One asks how, sitting
as they do, they are able to brace themselves, and how with their
forked paddles they obtained sufficient resistance. A coaster's
explanation of the split paddle was that the boys did not want any
more resistance than they could prevent.
[Illustration: The Kroo Boys Sit, Not On the Thwarts, but On the
Gunwales, as a Woman Rides a Side Saddle.]
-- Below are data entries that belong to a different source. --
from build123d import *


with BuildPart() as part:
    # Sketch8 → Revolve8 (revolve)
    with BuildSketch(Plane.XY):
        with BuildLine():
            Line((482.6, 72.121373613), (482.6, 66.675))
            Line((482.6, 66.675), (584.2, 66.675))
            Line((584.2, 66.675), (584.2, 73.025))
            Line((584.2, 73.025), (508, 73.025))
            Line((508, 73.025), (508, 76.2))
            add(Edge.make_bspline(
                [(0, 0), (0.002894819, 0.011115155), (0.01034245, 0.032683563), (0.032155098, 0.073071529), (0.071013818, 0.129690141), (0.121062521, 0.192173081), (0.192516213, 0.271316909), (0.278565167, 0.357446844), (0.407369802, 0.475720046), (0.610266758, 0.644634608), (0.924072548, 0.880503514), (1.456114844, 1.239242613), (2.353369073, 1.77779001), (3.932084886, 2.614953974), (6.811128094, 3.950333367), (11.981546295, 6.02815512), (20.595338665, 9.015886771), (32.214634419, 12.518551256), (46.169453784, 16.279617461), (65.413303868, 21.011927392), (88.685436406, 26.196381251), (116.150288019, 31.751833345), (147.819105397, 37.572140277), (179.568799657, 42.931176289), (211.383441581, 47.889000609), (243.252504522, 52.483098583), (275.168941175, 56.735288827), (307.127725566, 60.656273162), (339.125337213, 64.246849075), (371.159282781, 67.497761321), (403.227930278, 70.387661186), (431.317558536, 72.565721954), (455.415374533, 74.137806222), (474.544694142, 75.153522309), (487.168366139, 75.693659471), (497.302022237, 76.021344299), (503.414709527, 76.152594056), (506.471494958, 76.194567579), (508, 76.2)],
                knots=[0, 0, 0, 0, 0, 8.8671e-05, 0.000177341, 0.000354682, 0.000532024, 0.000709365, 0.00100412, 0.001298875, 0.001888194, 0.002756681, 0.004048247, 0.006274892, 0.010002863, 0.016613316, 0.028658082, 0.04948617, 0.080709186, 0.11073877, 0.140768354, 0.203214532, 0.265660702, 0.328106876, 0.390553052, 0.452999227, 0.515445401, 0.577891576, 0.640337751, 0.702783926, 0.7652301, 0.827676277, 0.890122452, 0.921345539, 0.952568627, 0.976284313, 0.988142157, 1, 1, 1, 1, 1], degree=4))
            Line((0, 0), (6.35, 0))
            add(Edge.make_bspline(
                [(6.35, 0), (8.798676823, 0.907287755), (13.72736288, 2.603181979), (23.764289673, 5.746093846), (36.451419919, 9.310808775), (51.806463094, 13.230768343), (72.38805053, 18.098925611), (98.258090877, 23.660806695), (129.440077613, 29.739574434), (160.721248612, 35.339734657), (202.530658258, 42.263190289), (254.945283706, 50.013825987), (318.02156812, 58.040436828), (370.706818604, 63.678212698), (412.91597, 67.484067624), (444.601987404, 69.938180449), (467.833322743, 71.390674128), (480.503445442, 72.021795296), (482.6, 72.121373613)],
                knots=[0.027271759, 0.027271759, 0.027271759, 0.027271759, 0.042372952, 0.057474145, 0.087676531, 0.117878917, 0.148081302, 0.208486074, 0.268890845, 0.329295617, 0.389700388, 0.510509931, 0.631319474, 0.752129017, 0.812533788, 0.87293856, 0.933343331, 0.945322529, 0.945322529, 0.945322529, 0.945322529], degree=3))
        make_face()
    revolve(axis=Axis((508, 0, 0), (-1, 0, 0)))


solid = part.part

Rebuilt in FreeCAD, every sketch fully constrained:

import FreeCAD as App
import Part
import Sketcher
Q = App.Units.Quantity

doc = App.newDocument("Part")
body = doc.addObject("PartDesign::Body", "Body")

# Sketch on XY plane
sketch1 = body.newObject("Sketcher::SketchObject", "Sketch")
sketch1.AttachmentSupport = (doc.getObject("XY_Plane"), [""])
sketch1.MapMode = "FlatFace"
sketch1.addGeometry(Part.LineSegment(App.Vector(482.6, 72.121374, 0), App.Vector(482.6, 66.675, 0)), False)
sketch1.addGeometry(Part.LineSegment(App.Vector(482.6, 66.675, 0), App.Vector(584.2, 66.675, 0)), False)
sketch1.addGeometry(Part.LineSegment(App.Vector(584.2, 66.675, 0), App.Vector(584.2, 73.025, 0)), False)
sketch1.addGeometry(Part.LineSegment(App.Vector(584.2, 73.025, 0), App.Vector(508, 73.025, 0)), False)
sketch1.addGeometry(Part.LineSegment(App.Vector(508, 73.025, 0), App.Vector(508, 76.2, 0)), False)
sketch1.addGeometry(Part.BSplineCurve([App.Vector(0, 0, 0), App.Vector(0.002895, 0.011115, 0), App.Vector(0.010342, 0.032684, 0), App.Vector(0.032155, 0.073072, 0), App.Vector(0.071014, 0.12969, 0), App.Vector(0.121063, 0.192173, 0), App.Vector(0.192516, 0.271317, 0), App.Vector(0.278565, 0.357447, 0), App.Vector(0.40737, 0.47572, 0), App.Vector(0.610267, 0.644635, 0), App.Vector(0.924073, 0.880504, 0), App.Vector(1.456115, 1.239243, 0), App.Vector(2.353369, 1.77779, 0), App.Vector(3.932085, 2.614954, 0), App.Vector(6.811128, 3.950333, 0), App.Vector(11.981546, 6.028155, 0), App.Vector(20.595339, 9.015887, 0), App.Vector(32.214634, 12.518551, 0), App.Vector(46.169454, 16.279617, 0), App.Vector(65.413304, 21.011927, 0), App.Vector(88.685436, 26.196381, 0), App.Vector(116.150288, 31.751833, 0), App.Vector(147.819105, 37.57214, 0), App.Vector(179.5688, 42.931176, 0), App.Vector(211.383442, 47.889001, 0), App.Vector(243.252505, 52.483099, 0), App.Vector(275.168941, 56.735289, 0), App.Vector(307.127726, 60.656273, 0), App.Vector(339.125337, 64.246849, 0), App.Vector(371.159283, 67.497761, 0), App.Vector(403.22793, 70.387661, 0), App.Vector(431.317559, 72.565722, 0), App.Vector(455.415375, 74.137806, 0), App.Vector(474.544694, 75.153522, 0), App.Vector(487.168366, 75.693659, 0), App.Vector(497.302022, 76.021344, 0), App.Vector(503.41471, 76.152594, 0), App.Vector(506.471495, 76.194568, 0), App.Vector(508, 76.2, 0)], [5, 1, 1, 1, 1, 1, 1, 1, 1, 1, 1, 1, 1, 1, 1, 1, 1, 1, 1, 1, 1, 1, 1, 1, 1, 1, 1, 1, 1, 1, 1, 1, 1, 1, 1, 5], [0, 0.000088671, 0.000177341, 0.000354682, 0.000532024, 0.000709365, 0.00100412, 0.001298875, 0.001888194, 0.002756681, 0.004048247, 0.006274892, 0.010002863, 0.016613316, 0.028658082, 0.04948617, 0.080709186, 0.11073877, 0.140768354, 0.203214532, 0.265660702, 0.328106876, 0.390553052, 0.452999227, 0.515445401, 0.577891576, 0.640337751, 0.702783926, 0.7652301, 0.827676277, 0.890122452, 0.921345539, 0.952568627, 0.976284313, 0.988142157, 1], False, 4, [1, 1, 1, 1, 1, 1, 1, 1, 1, 1, 1, 1, 1, 1, 1, 1, 1, 1, 1, 1, 1, 1, 1, 1, 1, 1, 1, 1, 1, 1, 1, 1, 1, 1, 1, 1, 1, 1, 1], False), False)
sketch1.addGeometry(Part.LineSegment(App.Vector(0, 0, 0), App.Vector(6.35, 0, 0)), False)
sketch1.addGeometry(Part.BSplineCurve([App.Vector(6.35, 0, 0), App.Vector(8.798677, 0.907288, 0), App.Vector(13.727363, 2.603182, 0), App.Vector(23.76429, 5.746094, 0), App.Vector(36.45142, 9.310809, 0), App.Vector(51.806463, 13.230768, 0), App.Vector(72.388051, 18.098926, 0), App.Vector(98.258091, 23.660807, 0), App.Vector(129.440078, 29.739574, 0), App.Vector(160.721249, 35.339735, 0), App.Vector(202.530658, 42.26319, 0), App.Vector(254.945284, 50.013826, 0), App.Vector(318.021568, 58.040437, 0), App.Vector(370.706819, 63.678213, 0), App.Vector(412.91597, 67.484068, 0), App.Vector(444.601987, 69.93818, 0), App.Vector(467.833323, 71.390674, 0), App.Vector(480.503445, 72.021795, 0), App.Vector(482.6, 72.121374, 0)], [4, 1, 1, 1, 1, 1, 1, 1, 1, 1, 1, 1, 1, 1, 1, 1, 4], [0.027271759, 0.042372952, 0.057474145, 0.087676531, 0.117878917, 0.148081302, 0.208486074, 0.268890845, 0.329295617, 0.389700388, 0.510509931, 0.631319474, 0.752129017, 0.812533788, 0.87293856, 0.933343331, 0.945322529], False, 3, [1, 1, 1, 1, 1, 1, 1, 1, 1, 1, 1, 1, 1, 1, 1, 1, 1, 1, 1], False), False)
sketch1.addConstraint(Sketcher.Constraint("Block", 5))
sketch1.addConstraint(Sketcher.Constraint("Block", 7))
sketch1.addConstraint(Sketcher.Constraint("Coincident", 0, 2, 1, 1))
sketch1.addConstraint(Sketcher.Constraint("Coincident", 1, 2, 2, 1))
sketch1.addConstraint(Sketcher.Constraint("Coincident", 2, 2, 3, 1))
sketch1.addConstraint(Sketcher.Constraint("Coincident", 3, 2, 4, 1))
sketch1.addConstraint(Sketcher.Constraint("Coincident", 4, 2, 5, 2))
sketch1.addConstraint(Sketcher.Constraint("Coincident", 5, 1, 6, 1))
sketch1.addConstraint(Sketcher.Constraint("Coincident", 6, 2, 7, 1))
sketch1.addConstraint(Sketcher.Constraint("Coincident", 7, 2, 0, 1))
sketch1.addConstraint(Sketcher.Constraint("Vertical", 0))
sketch1.addConstraint(Sketcher.Constraint("Horizontal", 1))
sketch1.addConstraint(Sketcher.Constraint("Vertical", 2))
sketch1.addConstraint(Sketcher.Constraint("Horizontal", 3))
sketch1.addConstraint(Sketcher.Constraint("Vertical", 4))
sketch1.addConstraint(Sketcher.Constraint("DistanceX", 1, 1, 1, 2, Q("4 in")))
sketch1.addConstraint(Sketcher.Constraint("DistanceY", 2, 1, 2, 2, Q("0.25 in")))
sketch1.addConstraint(Sketcher.Constraint("DistanceY", 4, 1, 4, 2, Q("0.125 in")))
revolution = body.newObject("PartDesign::Revolution", "Revolution")
revolution.Profile = sketch1
revolution.ReferenceAxis = (sketch1, ["H_Axis"])
revolution.Angle = 360

doc.recompute()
There is no more royal manner of progress than when one of these
boats lifts you over the waves, with the boys chanting some wild
chorus, with their bare bodies glistening, their teeth and eyes
shining, the splendid muscles straining, and the dripping paddles
flashing like twelve mirrors.
Some of the chiefs have canoes of as much as sixty men-power,
and when these men sing, and their bodies and voices are in
unison, a war canoe seems the only means of locomotion, and a
sixty-horse-power racing car becomes a vehicle suited only to the
newly rich.
I knew I had left the West Coast when, the very night we sailed from
Sierra Leone, for greater comfort, I reached for a linen bed-spread
that during four stifling, reeking weeks had lain undisturbed at the
foot of the berth. During that time I had hated it as a monstrous
thing; as something as hot and heavy as a red flannel blanket, as a
buffalo robe. And when, on the following night, I found the
wind-screen was not in the air port, and that, nevertheless, I still
was alive, I knew we had passed out of reach of the Equator, and
that all that followed would be as conventional as the "trippers"
who joined us at the Canary Isles; and as familiar as the low, gray
skies, the green, rain-soaked hills, and the complaining Channel
gulls that convoyed us into Plymouth Harbor.